# Left mouse button problem on Desktop PC



## ThomasNL (Jan 20, 2013)

Dear all,

I Googled a lot, but no solution to my problem found, so I turn to you and hope someone can help me out.

The problem:

My left mouse button does not always register when clicked and holding left mouse does not work or barely, which makes dragging or multiple selection of files impossible. My PC runs on Windows 7. The problem is only related to the left button, all other buttons perform fine without any problem.

What I have tried so far:

I have a logitech MX performance mouse. I smetimes have to click the left key multiple times(5 to 10) before it responds.

To find out if it's just the mouse, I also tested a Razor Copperhead which I have. Also on this mouse it happens, but far less. Clicking left mostly works the first time when clicked. This mouse does not respond in about 20% of the times when clicked. Also with this mouse dragging when holding left click is impossible. Sometimes for an instance a small box will start to appear when held, but almost immediately stops the action.

I have never liked the logitech software, this was therefore not installed.

I deleted the mice from the hardware list. After plugged in the Copperhead, to make sure no interference would be caused by having multiple mice installed in the hardware list.

A clean installation of Windows 7, to make sure no piece of software could cause intereference, had absolutely no effect.

I find it strange that the left click works a lot better with the Copperhead, but still find it awkward it occasionally doesnt register the left click and dragging is still impossible.

If anyone can think of a solution, I would be happy to try and give feedback, also when resolved.

Thanks in advance.

Kind regards,

Thomas


----------



## Stancestans (Apr 26, 2009)

IMO both your mice are bad (normal wear) and your logitec one is worse off than the copperhead. A clean install of Windows is pretty much proof that it's not software related. As we speak, I have an HP mouse that has this problem. I opened it up and sure enough the wear is clearly visible on the left button. It is plastic pressing on plastic and after prolonged use, the top plastic that presses the small button inside develops a groove where it contacts the internal button. When that happens, you are forced to use extreme force on the button, which only makes things worse because it only deepens the groove.

I managed to restore normal operation by placing a small piece of folded paper underneath the circuit board just below the left button so that the left side button is raised slightly to compensate for the mis-click caused by the groove. It's not a neat fix, but it's works just fine for me.

I was not surprised that the wear happens on the left button and not the right because I play FPS games a lot and as expected, left mouse button is fire/trigger so it is in use way more often than the right and middle mouse button.

My scenario could be different from yours though, so get a screw driver and open both mice and inspect the press mechanism for a groove/notch on the top plastic. You can also try clicking by pressing directly on the small button and see if there's a difference. If it's the same wear that I have experienced, your left mouse button will work as expected when pressed directly. Watch out for hidden screws beneath rubber "feet" on the bottom of the mice.


----------



## ThomasNL (Jan 20, 2013)

Thanks for taking the time to reply.

With the logitech I would understand it is wear. however the Copperhead I have not used much, probably less than a year and replaced it because the mouse is too small for my hands to be comfortable.
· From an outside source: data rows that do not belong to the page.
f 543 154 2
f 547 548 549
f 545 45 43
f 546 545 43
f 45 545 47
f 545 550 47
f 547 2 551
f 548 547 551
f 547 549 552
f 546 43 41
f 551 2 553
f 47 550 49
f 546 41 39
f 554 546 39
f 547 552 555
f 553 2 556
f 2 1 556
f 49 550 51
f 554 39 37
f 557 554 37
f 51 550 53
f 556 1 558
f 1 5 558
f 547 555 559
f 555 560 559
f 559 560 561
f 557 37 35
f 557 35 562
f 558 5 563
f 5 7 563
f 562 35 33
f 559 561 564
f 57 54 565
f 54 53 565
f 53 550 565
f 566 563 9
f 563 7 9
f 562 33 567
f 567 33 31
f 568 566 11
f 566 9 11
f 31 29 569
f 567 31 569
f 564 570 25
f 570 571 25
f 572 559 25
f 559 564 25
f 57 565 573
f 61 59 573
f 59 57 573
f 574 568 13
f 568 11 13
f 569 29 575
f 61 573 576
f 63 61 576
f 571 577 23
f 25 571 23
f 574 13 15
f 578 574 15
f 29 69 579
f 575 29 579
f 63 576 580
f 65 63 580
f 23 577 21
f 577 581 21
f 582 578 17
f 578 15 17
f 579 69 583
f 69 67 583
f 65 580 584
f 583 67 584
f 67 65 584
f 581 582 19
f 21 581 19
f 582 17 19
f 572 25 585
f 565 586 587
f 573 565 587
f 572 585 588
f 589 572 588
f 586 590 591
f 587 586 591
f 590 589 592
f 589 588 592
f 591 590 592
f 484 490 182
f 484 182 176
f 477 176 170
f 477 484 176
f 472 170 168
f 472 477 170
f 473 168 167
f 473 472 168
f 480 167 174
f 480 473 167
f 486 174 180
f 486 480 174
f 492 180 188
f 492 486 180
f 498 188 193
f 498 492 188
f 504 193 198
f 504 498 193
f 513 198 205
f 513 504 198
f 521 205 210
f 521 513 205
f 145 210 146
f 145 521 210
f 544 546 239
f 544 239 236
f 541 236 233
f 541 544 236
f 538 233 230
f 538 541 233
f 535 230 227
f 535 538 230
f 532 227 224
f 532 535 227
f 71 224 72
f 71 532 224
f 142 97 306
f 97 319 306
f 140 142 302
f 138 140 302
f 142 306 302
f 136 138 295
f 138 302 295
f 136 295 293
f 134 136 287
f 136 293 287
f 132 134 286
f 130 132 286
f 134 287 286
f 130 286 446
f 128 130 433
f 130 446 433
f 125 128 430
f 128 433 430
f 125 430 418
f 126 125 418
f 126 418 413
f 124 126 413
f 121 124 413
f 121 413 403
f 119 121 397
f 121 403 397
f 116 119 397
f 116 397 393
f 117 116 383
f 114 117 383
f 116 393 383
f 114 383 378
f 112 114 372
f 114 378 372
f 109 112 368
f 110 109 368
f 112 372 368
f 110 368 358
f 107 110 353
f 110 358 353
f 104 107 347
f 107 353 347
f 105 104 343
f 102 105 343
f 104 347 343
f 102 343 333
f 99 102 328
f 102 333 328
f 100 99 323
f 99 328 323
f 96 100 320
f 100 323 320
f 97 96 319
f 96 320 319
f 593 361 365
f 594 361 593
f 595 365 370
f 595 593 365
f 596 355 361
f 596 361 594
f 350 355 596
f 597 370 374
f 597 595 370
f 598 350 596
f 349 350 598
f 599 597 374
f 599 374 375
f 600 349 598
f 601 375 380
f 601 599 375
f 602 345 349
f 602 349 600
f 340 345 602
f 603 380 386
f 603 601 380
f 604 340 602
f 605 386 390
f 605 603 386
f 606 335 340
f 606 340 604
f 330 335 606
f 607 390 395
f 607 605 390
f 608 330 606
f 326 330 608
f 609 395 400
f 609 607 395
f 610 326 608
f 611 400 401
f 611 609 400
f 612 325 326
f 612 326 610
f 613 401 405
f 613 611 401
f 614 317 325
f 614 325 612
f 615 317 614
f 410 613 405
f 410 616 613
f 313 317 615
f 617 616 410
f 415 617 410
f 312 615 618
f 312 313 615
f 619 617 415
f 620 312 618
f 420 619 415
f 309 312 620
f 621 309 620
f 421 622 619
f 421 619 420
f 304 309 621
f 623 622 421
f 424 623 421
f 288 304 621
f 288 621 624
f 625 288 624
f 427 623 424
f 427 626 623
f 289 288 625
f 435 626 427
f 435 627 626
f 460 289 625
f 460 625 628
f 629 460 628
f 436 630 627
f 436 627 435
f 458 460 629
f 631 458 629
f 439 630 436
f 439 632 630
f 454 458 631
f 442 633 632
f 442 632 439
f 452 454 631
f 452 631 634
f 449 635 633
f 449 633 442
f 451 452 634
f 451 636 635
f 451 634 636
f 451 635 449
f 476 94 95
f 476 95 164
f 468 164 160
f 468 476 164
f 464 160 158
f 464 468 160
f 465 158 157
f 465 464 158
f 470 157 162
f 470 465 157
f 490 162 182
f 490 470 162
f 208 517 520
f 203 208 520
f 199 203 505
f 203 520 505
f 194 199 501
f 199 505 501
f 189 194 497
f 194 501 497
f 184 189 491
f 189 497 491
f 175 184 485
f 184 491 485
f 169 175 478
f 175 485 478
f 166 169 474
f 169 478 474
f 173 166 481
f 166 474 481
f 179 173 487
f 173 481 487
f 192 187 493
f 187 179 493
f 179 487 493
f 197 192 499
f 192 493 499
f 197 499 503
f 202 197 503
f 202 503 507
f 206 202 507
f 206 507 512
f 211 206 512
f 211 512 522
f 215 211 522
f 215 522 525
I tried to open the Logitech mouse, but the screws are impossible to unscrew as they are so small eventhough I have a screwdriver that is about 3 or 4mm.
Is there a way to slip something in there as you did to raise the button and make it responsive again without opening it?
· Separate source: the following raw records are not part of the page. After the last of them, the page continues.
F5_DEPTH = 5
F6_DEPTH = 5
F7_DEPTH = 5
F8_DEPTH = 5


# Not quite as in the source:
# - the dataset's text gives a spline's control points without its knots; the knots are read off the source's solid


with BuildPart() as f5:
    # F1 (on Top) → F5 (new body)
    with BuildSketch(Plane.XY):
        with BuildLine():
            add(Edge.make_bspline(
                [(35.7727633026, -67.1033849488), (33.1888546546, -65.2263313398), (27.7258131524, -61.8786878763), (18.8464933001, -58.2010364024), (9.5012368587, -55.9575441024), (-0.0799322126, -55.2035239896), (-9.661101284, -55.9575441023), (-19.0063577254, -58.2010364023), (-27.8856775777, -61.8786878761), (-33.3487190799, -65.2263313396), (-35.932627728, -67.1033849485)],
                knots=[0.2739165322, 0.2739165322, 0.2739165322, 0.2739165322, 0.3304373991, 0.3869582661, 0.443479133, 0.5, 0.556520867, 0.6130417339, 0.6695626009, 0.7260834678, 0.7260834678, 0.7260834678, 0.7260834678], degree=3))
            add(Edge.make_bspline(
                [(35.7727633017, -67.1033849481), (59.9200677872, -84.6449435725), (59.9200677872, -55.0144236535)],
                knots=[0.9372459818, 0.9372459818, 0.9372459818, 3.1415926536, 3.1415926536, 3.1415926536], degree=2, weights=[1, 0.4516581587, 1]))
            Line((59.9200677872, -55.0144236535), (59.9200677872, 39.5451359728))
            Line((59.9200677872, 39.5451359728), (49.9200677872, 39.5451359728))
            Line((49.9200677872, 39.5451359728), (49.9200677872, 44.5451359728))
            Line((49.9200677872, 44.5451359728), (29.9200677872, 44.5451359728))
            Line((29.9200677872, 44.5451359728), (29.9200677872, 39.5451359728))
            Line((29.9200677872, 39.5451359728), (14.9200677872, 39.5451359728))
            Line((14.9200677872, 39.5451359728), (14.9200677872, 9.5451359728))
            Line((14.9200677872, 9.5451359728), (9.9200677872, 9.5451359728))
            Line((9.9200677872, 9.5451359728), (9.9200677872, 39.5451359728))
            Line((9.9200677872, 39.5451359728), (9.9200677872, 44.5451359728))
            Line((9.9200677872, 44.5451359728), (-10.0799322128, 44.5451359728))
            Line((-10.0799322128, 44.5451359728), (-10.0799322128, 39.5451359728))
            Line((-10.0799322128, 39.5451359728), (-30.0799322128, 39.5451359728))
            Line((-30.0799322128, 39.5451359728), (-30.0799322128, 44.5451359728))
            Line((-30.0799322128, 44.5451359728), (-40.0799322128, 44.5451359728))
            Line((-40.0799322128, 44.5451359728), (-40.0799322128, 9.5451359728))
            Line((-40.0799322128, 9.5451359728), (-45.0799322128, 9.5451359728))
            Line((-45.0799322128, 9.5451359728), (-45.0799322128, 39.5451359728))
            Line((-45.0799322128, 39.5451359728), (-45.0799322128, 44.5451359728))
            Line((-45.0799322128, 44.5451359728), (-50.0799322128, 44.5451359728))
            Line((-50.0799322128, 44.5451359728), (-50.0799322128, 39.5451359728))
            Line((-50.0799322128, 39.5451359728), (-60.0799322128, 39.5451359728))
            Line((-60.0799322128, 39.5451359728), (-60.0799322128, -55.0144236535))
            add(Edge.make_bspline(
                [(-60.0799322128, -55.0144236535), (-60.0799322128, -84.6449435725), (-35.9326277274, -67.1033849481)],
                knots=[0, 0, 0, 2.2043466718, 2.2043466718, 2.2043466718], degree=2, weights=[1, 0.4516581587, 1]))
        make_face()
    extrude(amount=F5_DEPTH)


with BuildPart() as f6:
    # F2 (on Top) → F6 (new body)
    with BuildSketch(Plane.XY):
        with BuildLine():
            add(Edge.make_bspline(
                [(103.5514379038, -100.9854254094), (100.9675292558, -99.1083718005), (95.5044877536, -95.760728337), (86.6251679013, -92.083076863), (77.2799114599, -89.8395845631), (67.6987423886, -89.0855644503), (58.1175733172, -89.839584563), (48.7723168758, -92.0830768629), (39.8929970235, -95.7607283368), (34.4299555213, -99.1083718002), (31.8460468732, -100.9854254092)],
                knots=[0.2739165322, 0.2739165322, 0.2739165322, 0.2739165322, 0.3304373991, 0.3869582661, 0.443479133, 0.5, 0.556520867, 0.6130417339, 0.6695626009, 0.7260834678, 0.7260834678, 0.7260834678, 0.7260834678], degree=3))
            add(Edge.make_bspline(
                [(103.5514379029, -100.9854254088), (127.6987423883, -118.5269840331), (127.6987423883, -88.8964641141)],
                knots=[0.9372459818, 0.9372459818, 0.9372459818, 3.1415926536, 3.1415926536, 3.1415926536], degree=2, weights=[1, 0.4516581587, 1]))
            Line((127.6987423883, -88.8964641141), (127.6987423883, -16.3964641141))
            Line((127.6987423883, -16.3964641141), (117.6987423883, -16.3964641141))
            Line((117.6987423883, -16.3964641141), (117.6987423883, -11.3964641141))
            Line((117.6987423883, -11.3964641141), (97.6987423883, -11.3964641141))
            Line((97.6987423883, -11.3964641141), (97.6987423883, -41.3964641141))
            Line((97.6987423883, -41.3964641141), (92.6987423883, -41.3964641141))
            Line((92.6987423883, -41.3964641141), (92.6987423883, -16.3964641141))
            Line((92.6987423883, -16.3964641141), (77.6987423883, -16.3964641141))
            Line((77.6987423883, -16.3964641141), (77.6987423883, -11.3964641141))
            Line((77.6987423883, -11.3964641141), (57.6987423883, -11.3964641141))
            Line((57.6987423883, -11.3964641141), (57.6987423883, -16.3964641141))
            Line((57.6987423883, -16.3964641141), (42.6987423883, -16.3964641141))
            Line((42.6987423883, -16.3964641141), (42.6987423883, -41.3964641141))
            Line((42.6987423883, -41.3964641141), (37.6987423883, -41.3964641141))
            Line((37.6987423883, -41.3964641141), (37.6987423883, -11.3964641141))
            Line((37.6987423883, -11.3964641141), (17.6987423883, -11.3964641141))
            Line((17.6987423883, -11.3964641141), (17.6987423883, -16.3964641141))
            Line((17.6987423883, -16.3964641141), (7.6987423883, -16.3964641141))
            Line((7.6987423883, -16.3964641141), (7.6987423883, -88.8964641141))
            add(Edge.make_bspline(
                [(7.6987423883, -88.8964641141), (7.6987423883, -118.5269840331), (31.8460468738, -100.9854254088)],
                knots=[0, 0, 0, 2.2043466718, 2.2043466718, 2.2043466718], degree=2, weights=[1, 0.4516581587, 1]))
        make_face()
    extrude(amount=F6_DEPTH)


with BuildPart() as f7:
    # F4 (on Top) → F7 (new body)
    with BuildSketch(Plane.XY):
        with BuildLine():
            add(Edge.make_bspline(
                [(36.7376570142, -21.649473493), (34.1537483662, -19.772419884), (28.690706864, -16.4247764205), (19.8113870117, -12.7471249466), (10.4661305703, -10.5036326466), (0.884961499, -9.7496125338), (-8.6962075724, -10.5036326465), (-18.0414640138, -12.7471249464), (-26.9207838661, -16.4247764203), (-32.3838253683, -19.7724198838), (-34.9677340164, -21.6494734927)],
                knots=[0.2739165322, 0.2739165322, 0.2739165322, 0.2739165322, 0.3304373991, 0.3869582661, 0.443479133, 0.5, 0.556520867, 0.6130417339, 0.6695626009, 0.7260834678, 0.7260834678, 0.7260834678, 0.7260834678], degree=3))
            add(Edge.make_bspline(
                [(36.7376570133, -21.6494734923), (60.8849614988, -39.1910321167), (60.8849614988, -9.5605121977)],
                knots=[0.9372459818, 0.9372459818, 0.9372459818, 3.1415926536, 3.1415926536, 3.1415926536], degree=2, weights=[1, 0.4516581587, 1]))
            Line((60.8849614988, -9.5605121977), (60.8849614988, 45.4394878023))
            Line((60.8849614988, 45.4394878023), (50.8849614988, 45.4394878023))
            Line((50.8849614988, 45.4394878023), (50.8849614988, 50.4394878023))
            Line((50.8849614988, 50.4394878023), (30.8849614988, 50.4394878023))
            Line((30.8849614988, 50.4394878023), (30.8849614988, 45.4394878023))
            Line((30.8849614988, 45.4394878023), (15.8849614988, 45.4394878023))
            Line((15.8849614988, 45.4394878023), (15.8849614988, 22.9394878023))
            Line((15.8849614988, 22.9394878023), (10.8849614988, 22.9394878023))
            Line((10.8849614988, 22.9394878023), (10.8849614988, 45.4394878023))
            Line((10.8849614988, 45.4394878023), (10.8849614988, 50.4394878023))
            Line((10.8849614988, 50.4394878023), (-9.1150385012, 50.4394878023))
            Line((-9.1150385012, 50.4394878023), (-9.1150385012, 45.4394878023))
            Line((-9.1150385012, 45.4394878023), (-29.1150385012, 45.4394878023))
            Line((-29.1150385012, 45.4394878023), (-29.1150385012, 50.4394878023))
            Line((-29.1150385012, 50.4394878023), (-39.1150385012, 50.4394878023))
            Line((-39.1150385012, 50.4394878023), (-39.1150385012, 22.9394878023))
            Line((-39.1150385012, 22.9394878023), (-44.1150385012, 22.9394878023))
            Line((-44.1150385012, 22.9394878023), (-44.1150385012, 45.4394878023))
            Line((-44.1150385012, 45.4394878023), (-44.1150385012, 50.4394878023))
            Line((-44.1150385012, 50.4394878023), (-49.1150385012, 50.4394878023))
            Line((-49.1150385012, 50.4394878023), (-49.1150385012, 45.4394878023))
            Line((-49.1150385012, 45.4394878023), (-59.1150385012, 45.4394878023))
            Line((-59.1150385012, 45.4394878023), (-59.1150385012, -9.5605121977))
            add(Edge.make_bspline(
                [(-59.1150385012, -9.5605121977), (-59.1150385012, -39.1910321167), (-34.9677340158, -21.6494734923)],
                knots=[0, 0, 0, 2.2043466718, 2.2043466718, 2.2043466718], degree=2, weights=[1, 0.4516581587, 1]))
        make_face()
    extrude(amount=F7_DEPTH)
Right now I have plugged in a PS2 mouse which does work fine.

last question:

Could it be possible I have a problem with my USB ports? Please take in mind that all the other mouse keys do work fine and I tried multiple USB ports with the same result.


----------



## Rich-M (May 2, 2007)

It just sounds like you need a new mouse. If the usb ports were a problem you would see other issues perhaps with keyboard or flash drives.


----------



## oscer1 (Jan 27, 2010)

i agree with other post replace the mouse.


----------



## Stancestans (Apr 26, 2009)

You won't be able to access the bottom of the circuit board without opening it, plus you need to know the exact position of the button on the board so that you raise it exactly where it matters. All the mice that I've opened have (plastic) protrusions that suspend the circuit board a little bit so that it does not rest on the floor of the casing. There's a possibility of the one closest to the left button is broken in the mice. That's also one type of defect that I've come across that can cause the unresponsive button problem. Unfortunately, you wouldn't know what exactly is the problem without inspecting the mice's internals.
I don't think it's a problem with your USB ports because you would be experiencing problems with other USB devices (or do you?) and the other keys as well because as far as USB comminication goes, there are only four connections involved (two for power and two for data) and none of the connections is explicitly linked to a specific button on the mouse. All the buttons and wheels on the mice trigger signals that are transmitted through the two data contacts and wires, so if it was a faulty port(s), you would be experiencing problems with all of the mice buttons (and wheels) and not only one.


----------